True, feminists have done so much good in the world. Obviously. I mean, suffragists, etc, have all given immense sacrifices to bring equality to a group of people that were oppressed for ages. I am not disputing this. They're heroes in their own right, who fought or something good.

However, I do feel that these particular women are not doing good for your gender. I feel its somewhat the opposite. In fact, I feel that nowadays feminists sometimes go too far on certain issues, and are not so much fighting for equality anymore as fighting for female dominance. 

I once heard it put best by a feminist friend of mine who said, "We want equal rights, but we all know women are better."

To me, that's not real equality, and I think large portions of the feminist movement nowadays have taken this route, distancing themselves from the originally admirable work of the feminists of the past.

As for the analogy, my point is that it smacks of extremism, and I feel that extremism of any kind, casts a negative light on the mainstream of the group they represent. Like how right wing nutjobs make regular Republicans look bad, etc. Perhaps that would be a better analogy?

And never underestimate the value of opinions. Opinions are the sparks that ignite fires, for good or ill.

And Jack, whatever man. I know what I believe and I know whose side I'm on, and I don't have to explain myself to you.

-Ty

P.S. Wrestling Guy, I have to agree, its kind of strange how it got to this ponit. I have had this same discussion on multiple other boards, and it never has ended up as hostile as this.


----------



## Green Eyed Fairy (Jul 27, 2008)

Tychondarova said:


> However, I do feel that these particular women are not doing good for your gender. I feel its somewhat the opposite. In fact, I feel that nowadays feminists sometimes go too far on certain issues, and are not so much fighting for equality anymore as fighting for female dominance.

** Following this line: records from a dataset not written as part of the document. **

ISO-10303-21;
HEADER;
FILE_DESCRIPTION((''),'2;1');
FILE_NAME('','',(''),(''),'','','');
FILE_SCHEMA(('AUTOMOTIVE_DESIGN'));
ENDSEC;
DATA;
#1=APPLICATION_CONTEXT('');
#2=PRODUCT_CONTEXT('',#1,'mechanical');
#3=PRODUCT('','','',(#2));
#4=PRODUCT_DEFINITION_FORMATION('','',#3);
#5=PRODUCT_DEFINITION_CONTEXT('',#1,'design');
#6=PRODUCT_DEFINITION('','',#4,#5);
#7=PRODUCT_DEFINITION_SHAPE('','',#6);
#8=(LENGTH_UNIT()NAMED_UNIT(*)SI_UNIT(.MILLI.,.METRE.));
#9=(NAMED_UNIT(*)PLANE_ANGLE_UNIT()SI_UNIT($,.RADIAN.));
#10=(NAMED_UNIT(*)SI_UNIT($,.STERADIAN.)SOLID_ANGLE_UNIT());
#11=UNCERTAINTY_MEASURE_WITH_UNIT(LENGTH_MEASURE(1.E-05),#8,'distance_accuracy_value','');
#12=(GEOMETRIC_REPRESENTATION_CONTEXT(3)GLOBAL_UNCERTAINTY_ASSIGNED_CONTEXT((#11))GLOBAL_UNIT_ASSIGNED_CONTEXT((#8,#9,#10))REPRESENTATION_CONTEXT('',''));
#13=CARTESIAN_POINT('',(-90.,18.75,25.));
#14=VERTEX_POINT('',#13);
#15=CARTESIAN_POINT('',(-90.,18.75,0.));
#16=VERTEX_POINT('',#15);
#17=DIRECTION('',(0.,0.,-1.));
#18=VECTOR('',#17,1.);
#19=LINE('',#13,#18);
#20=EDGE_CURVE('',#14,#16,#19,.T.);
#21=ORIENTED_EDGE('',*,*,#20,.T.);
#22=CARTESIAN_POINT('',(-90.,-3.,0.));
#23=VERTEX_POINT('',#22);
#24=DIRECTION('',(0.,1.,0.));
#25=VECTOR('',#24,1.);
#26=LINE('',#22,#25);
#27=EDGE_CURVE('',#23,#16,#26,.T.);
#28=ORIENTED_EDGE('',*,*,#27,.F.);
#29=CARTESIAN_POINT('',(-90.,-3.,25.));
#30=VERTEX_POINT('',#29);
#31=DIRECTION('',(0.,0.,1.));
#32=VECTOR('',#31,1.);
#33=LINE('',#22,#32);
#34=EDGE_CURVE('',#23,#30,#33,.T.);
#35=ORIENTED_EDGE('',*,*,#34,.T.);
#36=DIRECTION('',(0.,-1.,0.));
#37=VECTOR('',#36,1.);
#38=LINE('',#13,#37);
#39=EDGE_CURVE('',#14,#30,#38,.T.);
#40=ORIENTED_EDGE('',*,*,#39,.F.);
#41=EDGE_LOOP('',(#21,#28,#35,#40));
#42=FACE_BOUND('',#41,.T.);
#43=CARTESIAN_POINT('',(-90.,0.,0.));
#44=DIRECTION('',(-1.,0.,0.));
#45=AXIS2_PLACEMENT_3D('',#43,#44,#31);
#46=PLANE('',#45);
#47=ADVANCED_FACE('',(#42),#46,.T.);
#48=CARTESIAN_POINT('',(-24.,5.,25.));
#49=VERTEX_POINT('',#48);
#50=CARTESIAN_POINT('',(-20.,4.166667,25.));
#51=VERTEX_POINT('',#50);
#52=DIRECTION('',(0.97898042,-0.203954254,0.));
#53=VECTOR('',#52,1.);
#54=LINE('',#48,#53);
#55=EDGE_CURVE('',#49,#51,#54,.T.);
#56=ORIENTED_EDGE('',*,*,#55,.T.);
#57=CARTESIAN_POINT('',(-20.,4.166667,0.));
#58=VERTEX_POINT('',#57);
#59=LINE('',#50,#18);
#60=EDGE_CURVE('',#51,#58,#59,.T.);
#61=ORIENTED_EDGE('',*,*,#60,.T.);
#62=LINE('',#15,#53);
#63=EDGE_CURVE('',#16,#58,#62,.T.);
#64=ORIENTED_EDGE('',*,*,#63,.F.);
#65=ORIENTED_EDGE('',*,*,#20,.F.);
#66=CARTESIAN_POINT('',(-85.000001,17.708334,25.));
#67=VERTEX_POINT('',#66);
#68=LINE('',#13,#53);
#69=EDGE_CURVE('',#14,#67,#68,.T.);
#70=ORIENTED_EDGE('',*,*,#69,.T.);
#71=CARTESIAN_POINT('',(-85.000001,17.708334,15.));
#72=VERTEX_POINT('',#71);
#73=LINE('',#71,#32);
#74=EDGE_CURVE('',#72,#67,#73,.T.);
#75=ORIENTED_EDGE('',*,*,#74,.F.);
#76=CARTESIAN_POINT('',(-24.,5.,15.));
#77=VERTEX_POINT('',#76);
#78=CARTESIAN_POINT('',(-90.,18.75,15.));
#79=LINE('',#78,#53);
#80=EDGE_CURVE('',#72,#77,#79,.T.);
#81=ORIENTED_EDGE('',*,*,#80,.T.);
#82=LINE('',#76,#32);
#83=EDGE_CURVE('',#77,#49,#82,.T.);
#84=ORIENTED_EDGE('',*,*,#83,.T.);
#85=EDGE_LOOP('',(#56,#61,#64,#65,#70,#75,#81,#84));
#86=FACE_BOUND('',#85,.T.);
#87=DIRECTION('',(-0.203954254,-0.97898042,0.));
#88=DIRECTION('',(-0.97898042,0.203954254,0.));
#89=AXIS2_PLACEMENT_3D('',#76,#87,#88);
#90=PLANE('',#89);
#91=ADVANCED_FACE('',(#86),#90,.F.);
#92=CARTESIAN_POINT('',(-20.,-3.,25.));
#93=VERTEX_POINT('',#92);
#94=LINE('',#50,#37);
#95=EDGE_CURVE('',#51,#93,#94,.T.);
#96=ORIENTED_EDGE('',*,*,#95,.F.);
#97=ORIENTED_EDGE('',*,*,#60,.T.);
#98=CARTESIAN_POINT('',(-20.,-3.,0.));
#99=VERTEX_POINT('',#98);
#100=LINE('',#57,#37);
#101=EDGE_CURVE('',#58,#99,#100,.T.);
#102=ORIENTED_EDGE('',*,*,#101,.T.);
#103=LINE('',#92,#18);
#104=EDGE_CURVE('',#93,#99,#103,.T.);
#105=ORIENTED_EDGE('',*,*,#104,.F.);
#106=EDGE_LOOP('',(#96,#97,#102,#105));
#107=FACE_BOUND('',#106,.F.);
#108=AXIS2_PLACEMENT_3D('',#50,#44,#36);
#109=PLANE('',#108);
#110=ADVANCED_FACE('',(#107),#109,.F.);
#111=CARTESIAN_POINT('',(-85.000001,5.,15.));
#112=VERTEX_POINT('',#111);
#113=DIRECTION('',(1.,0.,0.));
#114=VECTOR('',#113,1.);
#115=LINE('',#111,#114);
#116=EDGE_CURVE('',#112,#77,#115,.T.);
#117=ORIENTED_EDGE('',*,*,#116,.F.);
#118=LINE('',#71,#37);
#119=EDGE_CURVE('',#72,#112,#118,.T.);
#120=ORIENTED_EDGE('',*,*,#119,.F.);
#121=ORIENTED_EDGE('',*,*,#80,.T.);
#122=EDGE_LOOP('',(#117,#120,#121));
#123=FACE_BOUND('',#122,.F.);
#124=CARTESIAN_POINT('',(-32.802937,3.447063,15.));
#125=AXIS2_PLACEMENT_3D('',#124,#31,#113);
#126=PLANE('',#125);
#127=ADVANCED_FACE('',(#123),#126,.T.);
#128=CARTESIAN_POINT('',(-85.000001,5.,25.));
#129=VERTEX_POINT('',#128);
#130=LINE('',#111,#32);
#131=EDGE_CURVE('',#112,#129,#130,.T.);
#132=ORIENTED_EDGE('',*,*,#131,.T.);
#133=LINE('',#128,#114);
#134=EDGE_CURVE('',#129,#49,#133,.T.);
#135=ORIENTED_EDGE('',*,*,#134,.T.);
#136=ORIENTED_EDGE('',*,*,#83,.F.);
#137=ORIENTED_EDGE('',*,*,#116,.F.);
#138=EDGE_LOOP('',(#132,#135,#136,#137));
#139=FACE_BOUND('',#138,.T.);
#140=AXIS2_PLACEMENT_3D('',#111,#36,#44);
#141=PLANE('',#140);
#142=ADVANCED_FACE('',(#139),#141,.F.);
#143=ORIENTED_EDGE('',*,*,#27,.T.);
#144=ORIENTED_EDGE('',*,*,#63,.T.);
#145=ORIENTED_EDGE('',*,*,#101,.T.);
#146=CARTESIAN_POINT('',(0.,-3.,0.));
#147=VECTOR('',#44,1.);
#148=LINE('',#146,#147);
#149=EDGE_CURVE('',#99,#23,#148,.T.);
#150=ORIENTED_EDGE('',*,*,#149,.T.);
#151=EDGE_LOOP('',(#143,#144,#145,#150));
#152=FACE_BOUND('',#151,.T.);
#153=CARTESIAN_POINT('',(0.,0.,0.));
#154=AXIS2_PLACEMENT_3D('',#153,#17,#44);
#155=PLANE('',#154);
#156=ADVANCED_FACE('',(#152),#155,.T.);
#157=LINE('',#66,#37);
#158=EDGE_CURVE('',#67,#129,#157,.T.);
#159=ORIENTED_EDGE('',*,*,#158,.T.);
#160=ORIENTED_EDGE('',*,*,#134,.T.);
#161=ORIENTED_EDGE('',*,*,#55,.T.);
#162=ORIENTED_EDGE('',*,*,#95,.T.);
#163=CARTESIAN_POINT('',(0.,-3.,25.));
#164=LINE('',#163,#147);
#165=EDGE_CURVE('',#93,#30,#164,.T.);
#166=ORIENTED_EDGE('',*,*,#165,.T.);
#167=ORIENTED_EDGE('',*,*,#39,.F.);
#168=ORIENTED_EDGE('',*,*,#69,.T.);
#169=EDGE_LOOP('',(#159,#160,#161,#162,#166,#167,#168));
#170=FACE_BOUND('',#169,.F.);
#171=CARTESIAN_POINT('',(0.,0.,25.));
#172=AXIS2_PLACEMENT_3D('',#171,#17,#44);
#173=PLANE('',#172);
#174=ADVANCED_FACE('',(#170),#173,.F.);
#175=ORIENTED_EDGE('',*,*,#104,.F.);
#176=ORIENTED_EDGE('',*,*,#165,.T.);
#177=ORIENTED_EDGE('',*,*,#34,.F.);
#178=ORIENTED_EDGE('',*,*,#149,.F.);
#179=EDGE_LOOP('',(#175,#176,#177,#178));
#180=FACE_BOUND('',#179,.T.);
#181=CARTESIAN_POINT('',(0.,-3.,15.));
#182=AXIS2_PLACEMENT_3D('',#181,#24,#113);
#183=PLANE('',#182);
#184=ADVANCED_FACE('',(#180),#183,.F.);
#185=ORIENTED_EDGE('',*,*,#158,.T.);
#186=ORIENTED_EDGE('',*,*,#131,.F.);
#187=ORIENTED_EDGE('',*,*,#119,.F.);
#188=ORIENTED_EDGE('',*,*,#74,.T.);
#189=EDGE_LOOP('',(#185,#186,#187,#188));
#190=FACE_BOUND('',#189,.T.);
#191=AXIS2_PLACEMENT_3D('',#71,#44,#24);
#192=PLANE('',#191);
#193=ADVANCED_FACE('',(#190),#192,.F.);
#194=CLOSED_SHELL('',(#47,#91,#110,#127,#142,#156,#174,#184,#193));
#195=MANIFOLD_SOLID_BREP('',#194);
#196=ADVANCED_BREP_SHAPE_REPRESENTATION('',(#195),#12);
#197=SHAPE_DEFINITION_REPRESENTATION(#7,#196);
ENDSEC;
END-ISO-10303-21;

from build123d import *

# Parameters (mm, degrees)
F1_DEPTH = 15
F3_DEPTH = 10
F6_DEPTH = 3
F8_DEPTH = 25


with BuildPart() as f1:
    # F0 (on Top) → F1 (new body)
    with BuildSketch(Plane.XY):
        Polygon((60, 12.5), (0, 0), (60, 0), align=None)
        Polygon((60, 12.5), (60, 0), (90, 0), (90, 18.75), align=None)
    extrude(amount=F1_DEPTH)

    # F2 (on face) → F3 (join)
    with BuildSketch(Plane.XY.offset(15)):
        Polygon((0, 0), (90, 0), (90, 18.75), (85.0000008941, 17.7083335196), (85.0000008941, 5), (24, 5), align=None)
    extrude(amount=F3_DEPTH)


with BuildPart() as f4_1:
    # F4: instance of F1
    add(f1.part.mirror(Plane.YZ))

    # F6 (add): a face of the model
    f6_faces = [f4_1.faces().sort_by_distance(p)[0] for p in [
        (-45, 0, 12.5),
    ]]
    extrude(f6_faces, amount=F6_DEPTH)

    # F7 (on face) → F8 (cut, through all)
    with BuildSketch(Plane.XY.offset(25)):
        Polygon((-20, -3), (0, -3), (0, 0), (-20, 4.1666666667), align=None)
    extrude(amount=-F8_DEPTH, mode=Mode.SUBTRACT)


solid = f4_1.part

I have to go back to one of my original points though.....they don't speak for or represent all women. Just like any guy that I date that decides to drink too much and beat me up doesn't represent how you might be out on a date. 
Should I tell you that you shouldn't date anymore because of what some other guy did?
It's too all-encompassing to say that they "hurt my gender"......there are many jerky men in the world but I have to keep my head in the right spot and also remember the guys that I have met that do a lot of good things. People are people...some good some bad and mass blanketing in our attitudes is more harmful than anything those two might have said....



Tychondarova said:


> I once heard it put best by a feminist friend of mine who said, "We want equal rights, but we all know women are better."
> 
> To me, that's not real equality, and I think large portions of the feminist movement nowadays have taken this route, distancing themselves from the originally admirable work of the feminists of the past.

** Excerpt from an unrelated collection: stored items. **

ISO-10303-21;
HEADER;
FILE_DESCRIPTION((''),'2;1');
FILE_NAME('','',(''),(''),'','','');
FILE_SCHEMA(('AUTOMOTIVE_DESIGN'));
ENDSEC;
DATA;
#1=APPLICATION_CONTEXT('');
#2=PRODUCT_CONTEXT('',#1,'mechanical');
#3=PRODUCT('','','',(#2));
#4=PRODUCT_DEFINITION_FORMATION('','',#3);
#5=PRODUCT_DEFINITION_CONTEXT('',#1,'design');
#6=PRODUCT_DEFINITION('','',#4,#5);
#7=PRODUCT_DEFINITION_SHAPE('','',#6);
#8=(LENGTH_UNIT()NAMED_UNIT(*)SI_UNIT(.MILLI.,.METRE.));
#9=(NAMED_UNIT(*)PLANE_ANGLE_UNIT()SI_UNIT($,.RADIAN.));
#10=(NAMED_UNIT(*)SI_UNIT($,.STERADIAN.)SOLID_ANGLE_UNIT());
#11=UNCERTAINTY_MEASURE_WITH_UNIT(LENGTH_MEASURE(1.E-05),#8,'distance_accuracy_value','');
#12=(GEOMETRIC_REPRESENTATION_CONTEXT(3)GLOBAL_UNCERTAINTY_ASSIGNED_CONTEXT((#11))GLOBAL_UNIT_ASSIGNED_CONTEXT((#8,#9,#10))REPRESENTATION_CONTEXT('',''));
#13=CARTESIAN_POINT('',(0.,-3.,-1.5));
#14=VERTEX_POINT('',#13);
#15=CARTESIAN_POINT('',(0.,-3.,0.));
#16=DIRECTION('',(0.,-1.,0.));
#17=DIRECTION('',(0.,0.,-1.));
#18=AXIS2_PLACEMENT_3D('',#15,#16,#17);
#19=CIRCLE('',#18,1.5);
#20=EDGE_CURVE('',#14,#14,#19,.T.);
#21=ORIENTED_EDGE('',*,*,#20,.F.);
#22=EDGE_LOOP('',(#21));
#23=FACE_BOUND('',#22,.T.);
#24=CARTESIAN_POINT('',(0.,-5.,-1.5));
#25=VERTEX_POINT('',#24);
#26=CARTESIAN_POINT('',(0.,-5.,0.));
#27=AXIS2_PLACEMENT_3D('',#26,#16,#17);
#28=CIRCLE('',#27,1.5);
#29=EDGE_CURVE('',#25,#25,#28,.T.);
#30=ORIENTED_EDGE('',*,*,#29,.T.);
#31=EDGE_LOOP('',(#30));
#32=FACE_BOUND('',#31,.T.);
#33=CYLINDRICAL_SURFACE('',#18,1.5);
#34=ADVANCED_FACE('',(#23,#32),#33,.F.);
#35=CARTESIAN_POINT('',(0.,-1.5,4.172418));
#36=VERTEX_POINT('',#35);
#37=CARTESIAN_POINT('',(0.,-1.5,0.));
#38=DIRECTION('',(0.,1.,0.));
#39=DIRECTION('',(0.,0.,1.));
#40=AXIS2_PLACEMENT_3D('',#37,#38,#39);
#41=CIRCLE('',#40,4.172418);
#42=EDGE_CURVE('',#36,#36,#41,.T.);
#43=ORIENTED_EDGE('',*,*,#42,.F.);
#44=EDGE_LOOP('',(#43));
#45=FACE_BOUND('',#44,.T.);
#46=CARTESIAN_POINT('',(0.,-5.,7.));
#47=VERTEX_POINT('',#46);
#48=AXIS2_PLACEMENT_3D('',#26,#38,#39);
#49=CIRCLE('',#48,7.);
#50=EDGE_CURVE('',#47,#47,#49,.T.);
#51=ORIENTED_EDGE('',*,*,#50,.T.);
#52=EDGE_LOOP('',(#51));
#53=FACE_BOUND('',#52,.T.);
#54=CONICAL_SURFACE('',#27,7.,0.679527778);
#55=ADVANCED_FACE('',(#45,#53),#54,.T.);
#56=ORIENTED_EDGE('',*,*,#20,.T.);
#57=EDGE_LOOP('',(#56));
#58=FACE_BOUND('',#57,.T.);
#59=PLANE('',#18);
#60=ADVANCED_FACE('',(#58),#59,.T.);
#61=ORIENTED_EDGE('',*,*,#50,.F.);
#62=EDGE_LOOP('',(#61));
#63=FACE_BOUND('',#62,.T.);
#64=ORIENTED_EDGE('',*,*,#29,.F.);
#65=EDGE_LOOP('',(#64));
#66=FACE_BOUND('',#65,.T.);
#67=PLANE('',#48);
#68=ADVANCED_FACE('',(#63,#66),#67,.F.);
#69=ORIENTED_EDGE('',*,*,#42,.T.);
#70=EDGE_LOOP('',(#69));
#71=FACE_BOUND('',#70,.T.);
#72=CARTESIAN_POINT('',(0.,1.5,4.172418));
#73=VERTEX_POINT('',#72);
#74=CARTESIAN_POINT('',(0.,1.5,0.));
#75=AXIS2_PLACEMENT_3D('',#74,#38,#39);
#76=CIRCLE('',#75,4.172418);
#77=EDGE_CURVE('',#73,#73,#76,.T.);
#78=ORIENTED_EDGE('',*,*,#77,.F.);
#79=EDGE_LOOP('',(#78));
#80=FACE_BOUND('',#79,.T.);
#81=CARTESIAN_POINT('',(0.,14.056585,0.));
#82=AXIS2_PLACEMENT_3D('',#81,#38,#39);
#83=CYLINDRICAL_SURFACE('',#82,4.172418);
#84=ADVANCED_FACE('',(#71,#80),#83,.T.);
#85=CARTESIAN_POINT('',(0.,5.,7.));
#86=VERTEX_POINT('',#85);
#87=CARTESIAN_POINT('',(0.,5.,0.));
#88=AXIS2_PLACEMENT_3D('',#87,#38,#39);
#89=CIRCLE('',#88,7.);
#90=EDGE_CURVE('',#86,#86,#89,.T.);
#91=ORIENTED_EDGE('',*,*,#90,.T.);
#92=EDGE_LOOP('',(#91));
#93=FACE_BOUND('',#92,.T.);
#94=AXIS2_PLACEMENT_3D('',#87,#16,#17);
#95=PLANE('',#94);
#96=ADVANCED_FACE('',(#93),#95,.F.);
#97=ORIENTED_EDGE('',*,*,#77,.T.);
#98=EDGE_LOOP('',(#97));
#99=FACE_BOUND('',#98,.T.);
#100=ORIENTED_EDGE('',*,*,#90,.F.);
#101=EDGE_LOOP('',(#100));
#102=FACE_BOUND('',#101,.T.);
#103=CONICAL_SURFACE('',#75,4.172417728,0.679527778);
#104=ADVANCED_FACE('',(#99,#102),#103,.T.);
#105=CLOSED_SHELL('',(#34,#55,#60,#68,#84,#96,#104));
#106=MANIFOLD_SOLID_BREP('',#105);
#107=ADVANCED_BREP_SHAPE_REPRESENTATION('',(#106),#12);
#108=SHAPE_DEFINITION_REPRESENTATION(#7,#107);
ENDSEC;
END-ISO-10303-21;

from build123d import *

# Parameters (mm, degrees)
CROQUIS2_R            = 1.5
CORTAR_EXTRUIR1_DEPTH = 2


with BuildPart() as part:
    # Croquis1 → Revolución3 (revolve)
    with BuildSketch(Plane.XY):
        Polygon((0, 5), (0, -5), (7, -5), (4.172417728, -1.5), (4.172417728, 1.5), (7, 5), align=None)
    revolve(axis=Axis((0, 14.056584816, 0), (0, -1, 0)))

    # Croquis2 → Cortar-Extruir1 (cut)
    with BuildSketch(Plane(origin=(0, -5, 0), x_dir=(-1, 0, 0), z_dir=(0, -1, 0))):
        Circle(CROQUIS2_R)
    extrude(amount=-CORTAR_EXTRUIR1_DEPTH, mode=Mode.SUBTRACT)


solid = part.part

Of course that's not equality...but it also sounds like something said tongue in cheek....kind of like my first post to you. Lighten up....and I have to think that if she REALLY felt that way, that she probably wouldn't have said it so openly and quickly. 

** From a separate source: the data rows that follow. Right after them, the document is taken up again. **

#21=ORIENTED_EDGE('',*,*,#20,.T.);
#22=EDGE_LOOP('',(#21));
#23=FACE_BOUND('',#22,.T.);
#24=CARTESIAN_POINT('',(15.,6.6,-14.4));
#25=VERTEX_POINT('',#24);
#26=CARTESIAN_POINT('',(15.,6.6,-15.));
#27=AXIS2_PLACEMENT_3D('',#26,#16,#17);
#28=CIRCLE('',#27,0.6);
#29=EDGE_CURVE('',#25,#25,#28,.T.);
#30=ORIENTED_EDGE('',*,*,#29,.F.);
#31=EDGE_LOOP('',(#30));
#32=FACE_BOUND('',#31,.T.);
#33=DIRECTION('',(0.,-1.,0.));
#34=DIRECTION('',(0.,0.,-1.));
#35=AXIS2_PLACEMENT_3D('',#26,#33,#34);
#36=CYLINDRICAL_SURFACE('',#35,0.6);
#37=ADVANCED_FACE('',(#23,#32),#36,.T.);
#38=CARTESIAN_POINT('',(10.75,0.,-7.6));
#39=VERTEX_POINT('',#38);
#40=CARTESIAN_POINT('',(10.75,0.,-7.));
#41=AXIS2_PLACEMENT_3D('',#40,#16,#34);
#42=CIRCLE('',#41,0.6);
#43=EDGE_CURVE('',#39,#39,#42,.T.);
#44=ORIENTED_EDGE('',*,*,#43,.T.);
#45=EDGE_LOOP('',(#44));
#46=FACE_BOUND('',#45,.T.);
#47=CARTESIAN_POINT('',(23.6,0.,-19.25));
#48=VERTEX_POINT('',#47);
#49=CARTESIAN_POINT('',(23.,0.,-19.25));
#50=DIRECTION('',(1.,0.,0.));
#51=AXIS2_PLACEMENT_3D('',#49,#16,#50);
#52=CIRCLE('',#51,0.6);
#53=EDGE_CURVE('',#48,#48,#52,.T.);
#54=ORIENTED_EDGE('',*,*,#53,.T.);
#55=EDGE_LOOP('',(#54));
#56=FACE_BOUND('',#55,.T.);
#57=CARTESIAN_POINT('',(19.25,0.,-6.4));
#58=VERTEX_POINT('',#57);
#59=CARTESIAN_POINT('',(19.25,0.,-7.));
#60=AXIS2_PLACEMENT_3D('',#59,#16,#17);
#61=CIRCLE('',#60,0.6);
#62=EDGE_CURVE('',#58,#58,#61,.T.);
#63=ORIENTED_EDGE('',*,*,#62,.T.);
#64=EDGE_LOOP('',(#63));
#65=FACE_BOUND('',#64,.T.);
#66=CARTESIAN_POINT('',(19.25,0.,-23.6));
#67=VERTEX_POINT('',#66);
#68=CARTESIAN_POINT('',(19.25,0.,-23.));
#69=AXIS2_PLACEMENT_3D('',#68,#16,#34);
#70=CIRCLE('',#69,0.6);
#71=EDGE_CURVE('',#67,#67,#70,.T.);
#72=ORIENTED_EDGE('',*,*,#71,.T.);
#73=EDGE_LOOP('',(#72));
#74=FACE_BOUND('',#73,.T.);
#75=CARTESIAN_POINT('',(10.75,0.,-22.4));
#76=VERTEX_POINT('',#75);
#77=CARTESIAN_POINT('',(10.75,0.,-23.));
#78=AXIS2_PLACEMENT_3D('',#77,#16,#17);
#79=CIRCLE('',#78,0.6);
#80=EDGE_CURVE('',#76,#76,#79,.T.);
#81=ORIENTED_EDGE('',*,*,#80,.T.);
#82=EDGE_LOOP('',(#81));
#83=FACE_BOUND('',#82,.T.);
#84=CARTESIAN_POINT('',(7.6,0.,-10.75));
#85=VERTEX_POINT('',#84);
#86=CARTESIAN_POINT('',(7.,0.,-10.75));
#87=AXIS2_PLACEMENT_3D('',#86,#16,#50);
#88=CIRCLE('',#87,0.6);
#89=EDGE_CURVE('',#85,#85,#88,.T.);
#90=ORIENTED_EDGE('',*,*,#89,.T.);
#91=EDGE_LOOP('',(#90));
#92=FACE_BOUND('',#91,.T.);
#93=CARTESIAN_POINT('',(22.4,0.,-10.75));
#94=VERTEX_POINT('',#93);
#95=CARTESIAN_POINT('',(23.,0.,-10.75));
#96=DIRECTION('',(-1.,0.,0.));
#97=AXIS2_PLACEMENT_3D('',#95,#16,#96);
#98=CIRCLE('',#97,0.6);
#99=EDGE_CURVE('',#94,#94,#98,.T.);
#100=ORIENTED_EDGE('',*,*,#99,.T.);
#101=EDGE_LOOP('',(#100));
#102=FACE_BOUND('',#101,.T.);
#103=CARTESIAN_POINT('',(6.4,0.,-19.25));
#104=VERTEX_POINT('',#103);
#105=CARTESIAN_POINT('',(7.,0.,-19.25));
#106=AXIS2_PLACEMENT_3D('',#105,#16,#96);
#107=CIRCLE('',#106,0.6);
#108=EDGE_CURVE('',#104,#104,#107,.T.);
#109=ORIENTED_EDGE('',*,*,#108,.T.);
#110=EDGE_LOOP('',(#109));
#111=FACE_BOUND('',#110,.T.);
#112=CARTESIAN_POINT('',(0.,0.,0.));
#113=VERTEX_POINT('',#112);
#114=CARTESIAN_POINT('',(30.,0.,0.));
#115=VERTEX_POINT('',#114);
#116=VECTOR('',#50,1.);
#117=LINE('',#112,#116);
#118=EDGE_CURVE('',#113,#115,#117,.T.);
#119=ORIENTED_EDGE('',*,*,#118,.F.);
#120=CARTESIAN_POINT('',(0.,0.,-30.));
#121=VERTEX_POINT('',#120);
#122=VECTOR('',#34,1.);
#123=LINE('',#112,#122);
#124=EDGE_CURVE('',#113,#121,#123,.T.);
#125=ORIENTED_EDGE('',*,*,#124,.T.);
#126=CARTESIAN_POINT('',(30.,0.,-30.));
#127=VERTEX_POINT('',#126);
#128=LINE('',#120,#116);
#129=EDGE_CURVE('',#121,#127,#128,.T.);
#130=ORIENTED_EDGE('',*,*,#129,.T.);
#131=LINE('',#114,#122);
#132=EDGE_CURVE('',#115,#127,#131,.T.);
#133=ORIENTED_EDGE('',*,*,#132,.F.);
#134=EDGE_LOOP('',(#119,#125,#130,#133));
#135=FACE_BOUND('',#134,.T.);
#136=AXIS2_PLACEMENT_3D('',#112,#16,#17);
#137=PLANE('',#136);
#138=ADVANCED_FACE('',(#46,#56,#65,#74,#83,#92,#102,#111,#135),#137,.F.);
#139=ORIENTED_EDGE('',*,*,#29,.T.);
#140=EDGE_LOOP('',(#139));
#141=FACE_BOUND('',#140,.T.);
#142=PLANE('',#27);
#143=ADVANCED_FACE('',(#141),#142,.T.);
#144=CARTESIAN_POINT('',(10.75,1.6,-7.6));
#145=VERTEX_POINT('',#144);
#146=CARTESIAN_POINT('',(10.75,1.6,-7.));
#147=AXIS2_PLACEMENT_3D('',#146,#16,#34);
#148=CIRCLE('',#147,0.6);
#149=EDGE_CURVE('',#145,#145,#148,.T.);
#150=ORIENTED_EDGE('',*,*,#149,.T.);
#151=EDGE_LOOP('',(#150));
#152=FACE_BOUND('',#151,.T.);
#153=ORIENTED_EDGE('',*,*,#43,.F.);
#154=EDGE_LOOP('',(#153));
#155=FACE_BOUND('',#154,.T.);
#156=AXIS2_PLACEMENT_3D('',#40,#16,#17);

But once again, even if she was serious, how is one individual representative of the whole feminist movement? 
One asshole man doesn't mean all guys are assholes...you can see that side of it, right?



Tychondarova said:


> As for the analogy, my point is that it smacks of extremism, and I feel that extremism of any kind, casts a negative light on the mainstream of the group they represent. Like how right wing nutjobs make regular Republicans look bad, etc. Perhaps that would be a better analogy?
> 
> And never underestimate the value of opinions. Opinions are the sparks that ignite fires, for good or ill.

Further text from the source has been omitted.